A programação iniciou no Centro Comunitário de Piquiá de Baixo, de onde as mulheres partiram em caminhada, com cartazes e palavras de ordem em defesa dos modos de vida das comunidades tradicionais. O ato também prestou uma homenagem emocionante às vítimas do crime socioambiental de Brumadinho (MG), que completava seis anos na mesma data.
Mulheres unidas em Piquiá da Conquista homenageiam vítimas do crime socioambiental de Brumadinho | Foto: Genilson GuajajaraMulheres reunidas em Piquiá da Conquista tecem resistências.“Nossa história somos nós quem contamos” | Foto: Genilson Guajajara
A luta da comunidade de Piquiá de Baixo contra a poluição causada pela cadeia da mineração resultou no reassentamento de 312 famílias para o bairro Piquiá da Conquista, buscando afastá-las dos impactos diretos da poluição do ar e sonora. As mulheres presentes discutiram como essas violações afetam seus corpos e suas realidades, conectando experiências de diferentes territórios.
“Em Piquiá de Baixo, sofremos muitos impactos, como a poluição sonora e do pó de ferro. Muitas famílias tiveram seus filhos queimados pela munha, além dos acidentes na BR-222 por conta dos caminhões. Estávamos cercados pela Estrada de Ferro Carajás e, por outro lado, pelas empresas produtoras de minério de ferro”, relatou uma das participantes.
O direito à memória reivindicado pelas mulheres é parte do conceito de reparação integral, que reconhece a importância de contar suas próprias histórias para que as violações sofridas não se repitam.
Larissa Santos, coordenadora política da Justiça nos Trilhos, enfatizou a importância de documentar e compartilhar esses relatos: “A memória é um direito, e as comunidades violadas devem ter a liberdade de contar suas versões para que sejam respeitadas”.
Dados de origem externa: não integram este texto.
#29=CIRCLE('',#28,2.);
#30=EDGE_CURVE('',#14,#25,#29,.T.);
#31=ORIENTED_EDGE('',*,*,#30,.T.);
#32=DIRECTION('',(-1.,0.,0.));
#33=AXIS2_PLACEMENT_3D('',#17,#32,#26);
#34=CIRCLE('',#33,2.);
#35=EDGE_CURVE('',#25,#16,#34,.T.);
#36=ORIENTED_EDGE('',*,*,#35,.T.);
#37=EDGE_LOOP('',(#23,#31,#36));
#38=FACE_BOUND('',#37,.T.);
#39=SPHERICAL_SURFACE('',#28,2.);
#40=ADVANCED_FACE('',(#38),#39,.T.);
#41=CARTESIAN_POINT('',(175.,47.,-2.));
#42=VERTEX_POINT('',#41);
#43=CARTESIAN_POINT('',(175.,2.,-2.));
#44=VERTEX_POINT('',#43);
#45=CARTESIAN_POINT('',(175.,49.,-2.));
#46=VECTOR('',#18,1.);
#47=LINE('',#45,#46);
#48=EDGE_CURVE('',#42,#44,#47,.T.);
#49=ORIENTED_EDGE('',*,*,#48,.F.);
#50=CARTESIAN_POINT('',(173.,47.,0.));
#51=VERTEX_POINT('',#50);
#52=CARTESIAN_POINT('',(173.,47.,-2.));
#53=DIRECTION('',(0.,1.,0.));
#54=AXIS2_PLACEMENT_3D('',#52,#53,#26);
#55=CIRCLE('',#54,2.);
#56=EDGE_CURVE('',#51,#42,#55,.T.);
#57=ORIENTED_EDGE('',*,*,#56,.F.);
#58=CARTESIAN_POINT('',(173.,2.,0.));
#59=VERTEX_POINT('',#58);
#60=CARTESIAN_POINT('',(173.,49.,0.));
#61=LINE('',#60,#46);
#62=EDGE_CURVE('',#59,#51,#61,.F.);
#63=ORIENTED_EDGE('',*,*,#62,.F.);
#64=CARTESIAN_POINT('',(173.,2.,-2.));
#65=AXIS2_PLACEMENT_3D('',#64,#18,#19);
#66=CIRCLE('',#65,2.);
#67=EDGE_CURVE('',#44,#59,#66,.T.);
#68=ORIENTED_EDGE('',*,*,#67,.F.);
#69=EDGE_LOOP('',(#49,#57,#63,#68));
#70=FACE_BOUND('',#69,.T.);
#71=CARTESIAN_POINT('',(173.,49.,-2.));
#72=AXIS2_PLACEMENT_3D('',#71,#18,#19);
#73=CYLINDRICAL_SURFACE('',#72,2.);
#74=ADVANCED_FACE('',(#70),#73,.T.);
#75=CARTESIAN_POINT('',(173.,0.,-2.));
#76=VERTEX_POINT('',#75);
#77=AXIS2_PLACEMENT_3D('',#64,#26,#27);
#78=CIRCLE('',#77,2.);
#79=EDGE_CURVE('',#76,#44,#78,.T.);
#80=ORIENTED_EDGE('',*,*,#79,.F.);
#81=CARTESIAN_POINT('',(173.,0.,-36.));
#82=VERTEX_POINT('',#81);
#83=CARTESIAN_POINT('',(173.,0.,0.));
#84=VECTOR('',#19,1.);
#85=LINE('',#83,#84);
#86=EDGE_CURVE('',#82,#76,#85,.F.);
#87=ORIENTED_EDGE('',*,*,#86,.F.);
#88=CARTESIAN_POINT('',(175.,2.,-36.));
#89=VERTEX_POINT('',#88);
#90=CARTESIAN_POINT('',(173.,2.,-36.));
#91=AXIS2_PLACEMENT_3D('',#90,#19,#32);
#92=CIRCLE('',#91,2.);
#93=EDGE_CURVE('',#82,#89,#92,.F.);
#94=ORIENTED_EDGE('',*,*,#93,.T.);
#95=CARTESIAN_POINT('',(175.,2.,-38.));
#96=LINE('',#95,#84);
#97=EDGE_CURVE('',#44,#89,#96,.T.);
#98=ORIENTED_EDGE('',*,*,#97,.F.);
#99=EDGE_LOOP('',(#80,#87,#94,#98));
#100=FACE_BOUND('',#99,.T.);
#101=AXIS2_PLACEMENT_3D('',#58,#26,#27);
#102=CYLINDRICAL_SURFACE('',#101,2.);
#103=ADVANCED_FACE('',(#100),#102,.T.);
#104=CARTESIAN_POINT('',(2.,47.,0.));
Larissa Santos no centro comunitário de Piquiá da Conquista.Mulheres fazem visita ao bairro Piquiá de Baixo.
Margarida Negreiros, que viajou de Marabá (PA) para participar do encontro, destacou como a realidade de sua região se assemelha à de Piquiá de Baixo devido à mineração: “Eu tinha muita curiosidade de conhecer Piquiá, porque ouço falar há muito tempo sobre as questões que atravessam esse território, que foi tomado das pessoas para que a mineração se estabelecesse”.
O ato foi organizado pela Justiça nos Trilhos no contexto da preparação para o ERAM, que acontecerá ainda este ano. “Temos dialogado para trazer as mulheres e debater as questões vivenciadas nos territórios. A ideia do encontro foi mobilizar elementos para debatermos no ERAM”, concluiu Margarida Negreiros.
Dessa experiência transformadora nasceu o documentário “Memórias”, uma produção audiovisual fruto da formação “Veias Abertas da América Latina: Resistência, Comunicação e Cultura”, realizada de 22 a 26 de janeiro. A iniciativa buscou fortalecer redes de resistência cultural e política, criando espaços de troca, formação e comunicação popular para comunidades impactadas.
O curta-documentário sobre o encontro de mulheres no pré-ERAM, produzido em parceria com a Justiça nos Trilhos (JnT), o Instituto para Democracia, Mídia e Intercâmbio Cultural da Alemanha (IDEM) | Cooperação Alemã (BMZ), e com o apoio da Agência Zagaia, do Grupo LoveLabCom, da RádioTV Quilombo Rampa e da Mídia Guajajara,já está disponível no YouTube da Justiça nos Trilhos.